Kjetil Heggelund said:


> I haven't heard that one, but Psalmodies concerto is quite nice. I'm a guitarist myself and have bought most of the sheet music, but never performed any of them live. Takes me a lot of time to learn...I see Ruders as a major composer for guitar. When I first heard his music, I didn't know about the guitar pieces, but I'm glad he likes to compose for guitar. I also liked a string quartet I saw live with the Vertigo quartet some years ago. I was trying to be funny when you said you don't care for guitar... :devil:


Love guitars in a jazz or rock setting. Loren Connors, Masayuki Takayanagi and Allen Holdsworth are personal favourites. Less so in classical, outside of Berg's Wozzeck and Wagner's Meistersingers.

Tristan Murail's Tellur is a nice quitar piece, I suppose…


----------



## Highwayman (Jul 16, 2018)

I always forget he was a Scandie. His name sounds something like Dutch to my ears. I like his Organ Symphony and Solar Trilogy but never heard of his guitar works before.
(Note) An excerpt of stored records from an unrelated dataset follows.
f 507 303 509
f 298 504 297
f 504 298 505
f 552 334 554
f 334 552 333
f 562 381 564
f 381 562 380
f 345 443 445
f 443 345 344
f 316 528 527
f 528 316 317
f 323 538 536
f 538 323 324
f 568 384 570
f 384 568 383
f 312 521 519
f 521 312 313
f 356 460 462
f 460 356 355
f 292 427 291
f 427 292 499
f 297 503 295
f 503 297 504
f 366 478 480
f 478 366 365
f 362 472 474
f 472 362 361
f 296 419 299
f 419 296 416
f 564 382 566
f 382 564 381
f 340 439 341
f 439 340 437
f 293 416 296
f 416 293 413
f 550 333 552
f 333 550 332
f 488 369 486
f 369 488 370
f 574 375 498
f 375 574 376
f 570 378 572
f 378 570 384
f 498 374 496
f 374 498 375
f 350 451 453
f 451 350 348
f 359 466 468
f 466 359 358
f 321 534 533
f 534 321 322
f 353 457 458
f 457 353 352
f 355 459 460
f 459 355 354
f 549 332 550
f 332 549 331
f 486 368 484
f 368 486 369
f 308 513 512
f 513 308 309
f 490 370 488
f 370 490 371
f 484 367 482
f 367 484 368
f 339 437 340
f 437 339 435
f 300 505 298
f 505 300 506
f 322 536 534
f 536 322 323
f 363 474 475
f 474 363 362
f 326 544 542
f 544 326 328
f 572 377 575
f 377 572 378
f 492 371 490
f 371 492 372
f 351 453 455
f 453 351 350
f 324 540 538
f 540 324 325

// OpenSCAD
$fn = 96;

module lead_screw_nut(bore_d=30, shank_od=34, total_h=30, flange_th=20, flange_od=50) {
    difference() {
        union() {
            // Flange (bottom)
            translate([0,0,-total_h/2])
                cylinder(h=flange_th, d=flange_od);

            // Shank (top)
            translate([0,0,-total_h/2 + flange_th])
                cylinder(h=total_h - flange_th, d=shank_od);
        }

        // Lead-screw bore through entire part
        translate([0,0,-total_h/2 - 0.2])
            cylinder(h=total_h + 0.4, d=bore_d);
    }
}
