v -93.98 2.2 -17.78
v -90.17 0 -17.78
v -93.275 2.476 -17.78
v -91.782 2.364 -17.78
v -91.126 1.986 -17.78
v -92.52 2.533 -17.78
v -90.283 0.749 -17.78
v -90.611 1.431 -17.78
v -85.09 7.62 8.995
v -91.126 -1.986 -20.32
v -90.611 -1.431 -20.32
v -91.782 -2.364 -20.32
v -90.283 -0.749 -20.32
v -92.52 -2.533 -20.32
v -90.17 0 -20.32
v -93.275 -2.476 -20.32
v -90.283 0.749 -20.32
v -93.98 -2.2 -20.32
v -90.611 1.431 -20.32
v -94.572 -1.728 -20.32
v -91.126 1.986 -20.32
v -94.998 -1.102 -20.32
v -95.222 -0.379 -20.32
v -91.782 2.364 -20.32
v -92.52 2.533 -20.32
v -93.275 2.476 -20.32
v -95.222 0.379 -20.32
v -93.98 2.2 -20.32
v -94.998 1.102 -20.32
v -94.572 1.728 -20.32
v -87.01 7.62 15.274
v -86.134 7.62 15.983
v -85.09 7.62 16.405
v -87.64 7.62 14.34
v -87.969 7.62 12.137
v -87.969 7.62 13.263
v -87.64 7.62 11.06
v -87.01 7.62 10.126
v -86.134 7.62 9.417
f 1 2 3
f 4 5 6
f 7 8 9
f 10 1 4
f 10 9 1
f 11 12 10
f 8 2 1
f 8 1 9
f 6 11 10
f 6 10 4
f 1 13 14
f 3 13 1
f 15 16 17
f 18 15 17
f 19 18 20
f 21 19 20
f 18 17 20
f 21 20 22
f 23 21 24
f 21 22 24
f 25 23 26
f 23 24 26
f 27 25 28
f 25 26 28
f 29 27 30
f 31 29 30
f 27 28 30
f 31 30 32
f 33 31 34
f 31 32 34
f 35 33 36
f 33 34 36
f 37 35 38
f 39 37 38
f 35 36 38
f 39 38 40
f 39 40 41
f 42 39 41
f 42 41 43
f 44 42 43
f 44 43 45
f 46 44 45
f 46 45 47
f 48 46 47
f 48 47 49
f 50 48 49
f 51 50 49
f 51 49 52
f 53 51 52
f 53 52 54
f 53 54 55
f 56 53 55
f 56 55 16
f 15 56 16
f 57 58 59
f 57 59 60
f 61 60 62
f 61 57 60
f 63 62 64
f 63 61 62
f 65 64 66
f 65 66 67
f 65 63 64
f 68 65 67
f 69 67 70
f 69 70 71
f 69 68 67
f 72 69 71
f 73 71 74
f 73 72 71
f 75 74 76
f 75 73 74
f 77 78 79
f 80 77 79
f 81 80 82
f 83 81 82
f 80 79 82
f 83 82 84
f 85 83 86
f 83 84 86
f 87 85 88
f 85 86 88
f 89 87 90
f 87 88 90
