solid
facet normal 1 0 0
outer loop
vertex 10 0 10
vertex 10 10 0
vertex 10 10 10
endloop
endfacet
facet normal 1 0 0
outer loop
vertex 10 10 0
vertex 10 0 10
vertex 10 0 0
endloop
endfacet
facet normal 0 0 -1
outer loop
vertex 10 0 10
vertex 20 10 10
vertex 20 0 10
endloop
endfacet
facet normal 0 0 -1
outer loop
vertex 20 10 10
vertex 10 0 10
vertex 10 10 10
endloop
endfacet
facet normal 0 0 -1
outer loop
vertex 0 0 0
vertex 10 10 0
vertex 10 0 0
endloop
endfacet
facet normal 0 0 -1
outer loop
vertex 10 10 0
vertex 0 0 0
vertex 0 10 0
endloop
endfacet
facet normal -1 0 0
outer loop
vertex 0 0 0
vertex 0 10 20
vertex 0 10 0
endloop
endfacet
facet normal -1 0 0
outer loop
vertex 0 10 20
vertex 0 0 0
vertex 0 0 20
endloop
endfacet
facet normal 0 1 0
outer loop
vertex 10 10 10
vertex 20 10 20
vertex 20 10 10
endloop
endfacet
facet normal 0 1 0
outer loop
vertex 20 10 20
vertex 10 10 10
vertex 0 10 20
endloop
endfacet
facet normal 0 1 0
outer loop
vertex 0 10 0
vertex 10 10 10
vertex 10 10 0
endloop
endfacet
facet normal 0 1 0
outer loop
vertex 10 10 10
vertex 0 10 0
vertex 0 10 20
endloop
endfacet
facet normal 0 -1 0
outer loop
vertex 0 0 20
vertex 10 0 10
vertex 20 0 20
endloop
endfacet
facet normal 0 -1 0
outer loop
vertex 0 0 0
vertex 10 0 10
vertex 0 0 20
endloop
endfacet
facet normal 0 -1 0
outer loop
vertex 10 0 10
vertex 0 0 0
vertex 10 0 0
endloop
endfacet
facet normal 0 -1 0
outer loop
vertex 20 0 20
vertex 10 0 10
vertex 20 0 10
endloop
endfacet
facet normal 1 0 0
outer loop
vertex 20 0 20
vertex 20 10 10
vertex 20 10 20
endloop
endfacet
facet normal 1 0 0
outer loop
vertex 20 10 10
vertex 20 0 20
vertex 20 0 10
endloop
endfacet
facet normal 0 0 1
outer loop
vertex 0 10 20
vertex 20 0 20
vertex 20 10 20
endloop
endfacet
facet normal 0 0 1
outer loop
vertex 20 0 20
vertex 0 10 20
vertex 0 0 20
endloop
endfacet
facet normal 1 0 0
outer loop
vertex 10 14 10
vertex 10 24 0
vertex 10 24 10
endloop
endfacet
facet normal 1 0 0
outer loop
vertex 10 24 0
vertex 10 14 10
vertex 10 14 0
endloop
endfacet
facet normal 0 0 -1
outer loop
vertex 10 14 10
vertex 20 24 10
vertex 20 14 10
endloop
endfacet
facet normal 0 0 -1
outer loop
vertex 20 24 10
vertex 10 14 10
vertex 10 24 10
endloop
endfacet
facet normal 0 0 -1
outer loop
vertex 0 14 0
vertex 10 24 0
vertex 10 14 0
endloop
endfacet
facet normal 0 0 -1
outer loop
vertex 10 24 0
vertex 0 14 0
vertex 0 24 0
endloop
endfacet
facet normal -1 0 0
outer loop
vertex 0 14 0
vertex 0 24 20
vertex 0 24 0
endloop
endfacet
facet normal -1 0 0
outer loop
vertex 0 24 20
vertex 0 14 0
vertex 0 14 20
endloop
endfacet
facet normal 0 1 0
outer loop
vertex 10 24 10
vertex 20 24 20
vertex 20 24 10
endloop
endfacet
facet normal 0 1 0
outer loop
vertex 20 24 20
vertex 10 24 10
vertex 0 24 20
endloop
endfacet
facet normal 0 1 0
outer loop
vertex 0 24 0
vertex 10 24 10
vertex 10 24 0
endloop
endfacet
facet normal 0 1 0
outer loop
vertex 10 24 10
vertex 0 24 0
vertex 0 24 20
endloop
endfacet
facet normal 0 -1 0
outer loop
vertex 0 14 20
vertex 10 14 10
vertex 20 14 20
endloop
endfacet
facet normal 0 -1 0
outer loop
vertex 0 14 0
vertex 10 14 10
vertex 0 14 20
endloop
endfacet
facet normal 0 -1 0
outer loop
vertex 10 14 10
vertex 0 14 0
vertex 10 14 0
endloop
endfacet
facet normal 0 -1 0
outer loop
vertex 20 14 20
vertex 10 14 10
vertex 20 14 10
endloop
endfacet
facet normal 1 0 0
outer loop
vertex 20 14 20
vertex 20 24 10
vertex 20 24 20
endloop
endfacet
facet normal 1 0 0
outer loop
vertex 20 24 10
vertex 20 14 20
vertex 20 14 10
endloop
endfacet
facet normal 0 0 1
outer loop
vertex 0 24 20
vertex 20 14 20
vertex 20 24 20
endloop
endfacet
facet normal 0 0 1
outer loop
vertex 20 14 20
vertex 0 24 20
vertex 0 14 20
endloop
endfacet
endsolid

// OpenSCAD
module overhang() {
	cube(10);
	translate([0, 0, 10]) {
		cube([20, 10, 10]);
	}
}

overhang();
translate([0, 14, 0]) {
	overhang();
}
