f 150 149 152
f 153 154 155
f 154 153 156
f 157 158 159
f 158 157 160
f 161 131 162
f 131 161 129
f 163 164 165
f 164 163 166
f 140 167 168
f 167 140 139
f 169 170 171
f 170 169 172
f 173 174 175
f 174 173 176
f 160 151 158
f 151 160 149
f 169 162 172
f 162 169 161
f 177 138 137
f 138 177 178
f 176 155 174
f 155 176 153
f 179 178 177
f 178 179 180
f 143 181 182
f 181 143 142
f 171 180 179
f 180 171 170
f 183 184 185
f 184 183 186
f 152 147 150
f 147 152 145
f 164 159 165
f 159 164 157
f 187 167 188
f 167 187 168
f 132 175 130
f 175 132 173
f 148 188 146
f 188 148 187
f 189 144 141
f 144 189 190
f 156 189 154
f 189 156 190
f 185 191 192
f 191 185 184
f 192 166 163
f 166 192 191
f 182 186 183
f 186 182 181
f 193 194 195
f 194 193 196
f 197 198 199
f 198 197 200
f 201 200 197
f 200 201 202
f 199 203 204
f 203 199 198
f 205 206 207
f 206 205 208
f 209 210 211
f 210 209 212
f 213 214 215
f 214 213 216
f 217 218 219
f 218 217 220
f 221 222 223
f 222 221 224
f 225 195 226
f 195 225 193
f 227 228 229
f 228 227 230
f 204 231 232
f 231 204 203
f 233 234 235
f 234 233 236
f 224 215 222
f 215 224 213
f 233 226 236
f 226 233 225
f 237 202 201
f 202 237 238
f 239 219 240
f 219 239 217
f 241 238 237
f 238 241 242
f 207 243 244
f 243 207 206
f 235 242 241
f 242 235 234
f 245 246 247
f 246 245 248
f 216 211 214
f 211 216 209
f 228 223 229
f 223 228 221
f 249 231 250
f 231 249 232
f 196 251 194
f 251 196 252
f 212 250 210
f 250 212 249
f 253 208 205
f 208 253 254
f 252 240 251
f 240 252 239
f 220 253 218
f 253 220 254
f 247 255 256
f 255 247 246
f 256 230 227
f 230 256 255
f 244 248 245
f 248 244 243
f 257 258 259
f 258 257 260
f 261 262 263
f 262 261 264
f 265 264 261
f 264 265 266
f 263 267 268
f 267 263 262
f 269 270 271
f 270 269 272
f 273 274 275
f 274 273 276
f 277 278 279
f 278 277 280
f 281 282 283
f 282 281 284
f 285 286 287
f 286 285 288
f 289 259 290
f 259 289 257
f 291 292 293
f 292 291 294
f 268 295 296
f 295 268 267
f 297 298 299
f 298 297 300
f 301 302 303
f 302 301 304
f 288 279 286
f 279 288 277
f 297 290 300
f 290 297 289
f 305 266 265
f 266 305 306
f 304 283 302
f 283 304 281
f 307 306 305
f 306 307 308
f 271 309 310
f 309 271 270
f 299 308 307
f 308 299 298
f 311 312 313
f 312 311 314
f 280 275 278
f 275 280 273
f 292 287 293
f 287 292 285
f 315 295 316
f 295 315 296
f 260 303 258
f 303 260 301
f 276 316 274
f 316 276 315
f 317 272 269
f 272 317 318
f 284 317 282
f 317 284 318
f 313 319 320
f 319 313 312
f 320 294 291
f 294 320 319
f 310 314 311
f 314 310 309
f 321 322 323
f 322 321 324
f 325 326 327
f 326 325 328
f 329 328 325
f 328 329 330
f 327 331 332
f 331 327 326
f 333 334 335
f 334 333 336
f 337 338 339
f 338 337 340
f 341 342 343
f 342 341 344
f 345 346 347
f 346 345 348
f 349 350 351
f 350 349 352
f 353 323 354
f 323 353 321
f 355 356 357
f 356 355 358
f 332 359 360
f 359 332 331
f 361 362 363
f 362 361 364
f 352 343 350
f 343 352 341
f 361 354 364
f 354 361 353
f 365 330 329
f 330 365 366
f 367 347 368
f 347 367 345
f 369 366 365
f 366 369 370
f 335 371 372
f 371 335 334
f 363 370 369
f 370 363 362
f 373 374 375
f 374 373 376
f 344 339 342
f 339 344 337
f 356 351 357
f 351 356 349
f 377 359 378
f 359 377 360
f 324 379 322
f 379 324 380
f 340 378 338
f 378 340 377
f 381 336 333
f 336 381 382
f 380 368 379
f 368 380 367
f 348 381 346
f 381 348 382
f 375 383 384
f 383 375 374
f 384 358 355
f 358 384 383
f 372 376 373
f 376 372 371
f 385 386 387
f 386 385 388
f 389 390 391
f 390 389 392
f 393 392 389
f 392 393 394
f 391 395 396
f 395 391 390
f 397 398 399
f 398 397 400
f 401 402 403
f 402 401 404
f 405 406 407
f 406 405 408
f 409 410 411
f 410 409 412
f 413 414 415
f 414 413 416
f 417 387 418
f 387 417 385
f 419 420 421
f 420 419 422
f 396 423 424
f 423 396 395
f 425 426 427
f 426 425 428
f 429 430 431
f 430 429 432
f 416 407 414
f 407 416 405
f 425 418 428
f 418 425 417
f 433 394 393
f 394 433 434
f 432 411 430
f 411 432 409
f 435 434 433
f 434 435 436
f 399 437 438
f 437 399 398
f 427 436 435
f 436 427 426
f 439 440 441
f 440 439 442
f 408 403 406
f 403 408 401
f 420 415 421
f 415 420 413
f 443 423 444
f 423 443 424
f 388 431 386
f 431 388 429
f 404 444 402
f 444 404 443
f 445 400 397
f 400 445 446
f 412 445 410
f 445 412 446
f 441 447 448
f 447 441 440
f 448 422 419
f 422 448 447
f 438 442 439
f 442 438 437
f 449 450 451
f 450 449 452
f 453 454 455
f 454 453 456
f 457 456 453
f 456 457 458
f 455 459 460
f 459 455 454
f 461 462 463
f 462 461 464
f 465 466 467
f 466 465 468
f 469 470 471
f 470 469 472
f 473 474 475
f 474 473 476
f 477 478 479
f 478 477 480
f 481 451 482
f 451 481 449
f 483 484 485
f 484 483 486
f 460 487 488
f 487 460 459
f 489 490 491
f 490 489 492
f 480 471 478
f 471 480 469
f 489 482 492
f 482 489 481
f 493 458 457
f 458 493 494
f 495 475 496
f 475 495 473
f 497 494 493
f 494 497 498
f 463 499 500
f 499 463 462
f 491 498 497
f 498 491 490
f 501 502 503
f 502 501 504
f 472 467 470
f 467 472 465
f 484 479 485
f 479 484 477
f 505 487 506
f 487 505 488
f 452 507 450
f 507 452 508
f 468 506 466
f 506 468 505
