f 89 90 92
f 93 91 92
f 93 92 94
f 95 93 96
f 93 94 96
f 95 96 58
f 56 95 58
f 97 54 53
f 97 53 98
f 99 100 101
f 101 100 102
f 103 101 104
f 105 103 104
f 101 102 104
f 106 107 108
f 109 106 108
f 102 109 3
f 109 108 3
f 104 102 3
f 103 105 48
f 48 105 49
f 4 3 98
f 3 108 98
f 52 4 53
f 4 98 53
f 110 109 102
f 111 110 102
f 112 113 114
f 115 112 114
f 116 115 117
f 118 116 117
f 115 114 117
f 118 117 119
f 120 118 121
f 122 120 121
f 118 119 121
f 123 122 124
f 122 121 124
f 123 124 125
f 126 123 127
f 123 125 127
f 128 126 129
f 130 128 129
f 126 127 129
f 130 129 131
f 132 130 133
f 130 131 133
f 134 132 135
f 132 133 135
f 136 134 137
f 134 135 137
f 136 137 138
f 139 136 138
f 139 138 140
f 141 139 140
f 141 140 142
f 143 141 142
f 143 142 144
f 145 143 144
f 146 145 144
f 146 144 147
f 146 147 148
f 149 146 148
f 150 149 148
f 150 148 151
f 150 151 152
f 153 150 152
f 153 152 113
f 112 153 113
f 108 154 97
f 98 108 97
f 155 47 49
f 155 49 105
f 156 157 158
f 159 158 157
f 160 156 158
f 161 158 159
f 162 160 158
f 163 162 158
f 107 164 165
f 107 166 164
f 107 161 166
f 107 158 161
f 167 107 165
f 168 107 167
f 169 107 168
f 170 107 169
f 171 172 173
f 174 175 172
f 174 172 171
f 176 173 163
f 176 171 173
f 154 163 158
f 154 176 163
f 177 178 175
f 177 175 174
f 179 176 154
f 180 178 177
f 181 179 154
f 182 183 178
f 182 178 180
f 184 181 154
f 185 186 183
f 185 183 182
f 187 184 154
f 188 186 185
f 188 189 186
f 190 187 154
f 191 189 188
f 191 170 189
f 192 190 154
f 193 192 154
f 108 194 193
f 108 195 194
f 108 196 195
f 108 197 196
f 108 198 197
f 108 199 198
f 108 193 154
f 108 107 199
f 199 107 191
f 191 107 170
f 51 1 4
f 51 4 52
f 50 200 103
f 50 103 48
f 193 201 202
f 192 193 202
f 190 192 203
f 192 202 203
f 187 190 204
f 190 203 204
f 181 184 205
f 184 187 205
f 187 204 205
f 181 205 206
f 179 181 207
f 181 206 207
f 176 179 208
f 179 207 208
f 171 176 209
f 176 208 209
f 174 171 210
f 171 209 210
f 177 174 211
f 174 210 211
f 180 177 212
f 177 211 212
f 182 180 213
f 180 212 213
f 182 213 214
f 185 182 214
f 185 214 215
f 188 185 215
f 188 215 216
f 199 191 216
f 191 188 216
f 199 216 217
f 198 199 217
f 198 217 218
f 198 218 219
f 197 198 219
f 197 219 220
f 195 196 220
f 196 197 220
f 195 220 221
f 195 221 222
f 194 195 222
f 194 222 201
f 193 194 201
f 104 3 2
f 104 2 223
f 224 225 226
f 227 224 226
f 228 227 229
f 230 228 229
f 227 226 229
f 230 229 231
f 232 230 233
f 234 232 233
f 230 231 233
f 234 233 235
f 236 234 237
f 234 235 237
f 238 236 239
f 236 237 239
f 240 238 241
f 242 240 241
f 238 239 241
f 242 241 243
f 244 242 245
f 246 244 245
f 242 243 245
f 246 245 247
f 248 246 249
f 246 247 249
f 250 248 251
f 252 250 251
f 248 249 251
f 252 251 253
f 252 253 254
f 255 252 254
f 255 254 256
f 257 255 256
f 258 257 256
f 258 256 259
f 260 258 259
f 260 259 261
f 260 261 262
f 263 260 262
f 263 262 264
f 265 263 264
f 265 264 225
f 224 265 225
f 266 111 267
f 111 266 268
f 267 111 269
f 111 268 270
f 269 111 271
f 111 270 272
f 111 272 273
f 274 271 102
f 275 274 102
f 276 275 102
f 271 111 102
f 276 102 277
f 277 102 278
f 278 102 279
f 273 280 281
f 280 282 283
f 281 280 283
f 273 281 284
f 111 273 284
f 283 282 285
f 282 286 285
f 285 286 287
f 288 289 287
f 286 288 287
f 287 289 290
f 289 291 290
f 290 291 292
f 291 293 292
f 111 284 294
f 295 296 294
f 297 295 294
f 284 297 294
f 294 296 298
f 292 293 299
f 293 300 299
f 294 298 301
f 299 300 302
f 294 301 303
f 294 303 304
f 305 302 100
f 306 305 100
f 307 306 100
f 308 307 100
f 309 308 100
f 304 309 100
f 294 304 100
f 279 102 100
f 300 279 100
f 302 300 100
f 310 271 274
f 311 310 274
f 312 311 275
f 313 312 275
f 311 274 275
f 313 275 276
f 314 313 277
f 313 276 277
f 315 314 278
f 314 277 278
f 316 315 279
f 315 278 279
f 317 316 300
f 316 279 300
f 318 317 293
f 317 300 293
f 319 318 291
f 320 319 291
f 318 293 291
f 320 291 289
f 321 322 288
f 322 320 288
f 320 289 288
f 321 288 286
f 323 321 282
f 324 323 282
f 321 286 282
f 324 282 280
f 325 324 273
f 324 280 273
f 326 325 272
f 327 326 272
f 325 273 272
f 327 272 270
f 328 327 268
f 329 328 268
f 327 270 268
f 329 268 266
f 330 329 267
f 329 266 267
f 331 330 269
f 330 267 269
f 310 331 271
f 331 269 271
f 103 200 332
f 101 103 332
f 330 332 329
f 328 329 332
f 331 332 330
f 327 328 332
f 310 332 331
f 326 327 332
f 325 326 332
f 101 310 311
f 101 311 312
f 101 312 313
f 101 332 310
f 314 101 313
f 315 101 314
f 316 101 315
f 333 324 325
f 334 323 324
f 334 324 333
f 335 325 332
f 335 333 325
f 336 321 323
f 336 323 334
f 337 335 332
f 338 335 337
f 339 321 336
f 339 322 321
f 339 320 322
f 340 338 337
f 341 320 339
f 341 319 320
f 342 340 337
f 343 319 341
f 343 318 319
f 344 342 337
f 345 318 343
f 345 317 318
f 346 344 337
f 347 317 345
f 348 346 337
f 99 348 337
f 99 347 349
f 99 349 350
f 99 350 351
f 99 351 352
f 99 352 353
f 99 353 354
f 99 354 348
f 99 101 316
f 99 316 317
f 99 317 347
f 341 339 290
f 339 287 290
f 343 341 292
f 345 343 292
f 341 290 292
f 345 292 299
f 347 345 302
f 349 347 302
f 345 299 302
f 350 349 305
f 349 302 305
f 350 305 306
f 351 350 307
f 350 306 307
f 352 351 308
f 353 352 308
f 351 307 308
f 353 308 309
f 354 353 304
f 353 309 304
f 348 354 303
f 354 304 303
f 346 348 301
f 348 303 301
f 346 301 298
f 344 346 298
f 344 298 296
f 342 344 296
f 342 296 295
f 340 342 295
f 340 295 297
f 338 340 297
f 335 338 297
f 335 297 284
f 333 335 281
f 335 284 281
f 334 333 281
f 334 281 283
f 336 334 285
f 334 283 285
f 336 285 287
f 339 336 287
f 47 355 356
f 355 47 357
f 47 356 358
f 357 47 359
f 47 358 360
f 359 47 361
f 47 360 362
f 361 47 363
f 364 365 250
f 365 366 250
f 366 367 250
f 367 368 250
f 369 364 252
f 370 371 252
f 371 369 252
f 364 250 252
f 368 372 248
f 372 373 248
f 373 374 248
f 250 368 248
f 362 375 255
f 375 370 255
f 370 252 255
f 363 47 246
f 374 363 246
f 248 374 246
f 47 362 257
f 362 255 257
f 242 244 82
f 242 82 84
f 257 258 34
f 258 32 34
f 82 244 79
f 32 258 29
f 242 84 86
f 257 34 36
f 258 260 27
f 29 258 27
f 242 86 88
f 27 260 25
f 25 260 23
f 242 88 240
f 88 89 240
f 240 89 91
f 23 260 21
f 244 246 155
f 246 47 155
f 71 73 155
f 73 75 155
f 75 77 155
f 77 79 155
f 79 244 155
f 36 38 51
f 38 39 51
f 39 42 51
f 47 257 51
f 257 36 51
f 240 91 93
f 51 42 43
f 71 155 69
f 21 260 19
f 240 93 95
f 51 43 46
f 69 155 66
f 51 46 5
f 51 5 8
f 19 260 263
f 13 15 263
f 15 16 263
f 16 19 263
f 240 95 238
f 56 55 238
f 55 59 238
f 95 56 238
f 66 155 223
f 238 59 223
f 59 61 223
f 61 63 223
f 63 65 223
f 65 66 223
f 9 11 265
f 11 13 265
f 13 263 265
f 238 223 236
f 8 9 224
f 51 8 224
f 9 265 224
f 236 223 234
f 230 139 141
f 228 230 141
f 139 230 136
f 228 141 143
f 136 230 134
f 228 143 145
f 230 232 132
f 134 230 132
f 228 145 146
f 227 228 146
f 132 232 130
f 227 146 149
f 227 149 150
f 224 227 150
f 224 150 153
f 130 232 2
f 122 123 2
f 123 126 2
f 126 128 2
I gave his Psalmodies a go after I saw Kjetil`s post and so far I like it very much.


----------



## hammeredklavier (Feb 18, 2018)

Highwayman said:


> I always forget he was a Scandie.


How Scandalous!


----------



## justekaia (Jan 2, 2022)

My favourites are: -Symphonies 3 to 5/Tundra, Gong, Piano Ctos 1-2, Violin Ctos 1-2, Cello Ctos 1-2/Serenade on the Shores of the Cosmic Ocean for accordion and SQ/ Piano Sonatas 1-2/ Etudes and Ricercare, Chaconne, Pages all played for guitar by Starobin


----------



## Simon Moon (Oct 10, 2013)

I really like: Manhattan Abstraction, Nightshade, Violin Concerto, Piano Concerto.


----------



## Ludwig Schon (10 mo ago)

Simon Moon said:


> I really like: Manhattan Abstraction, Nightshade, Violin Concerto, Piano Concerto.


I think Manhattan from '82 is the 1st piece he doesn't disown…


----------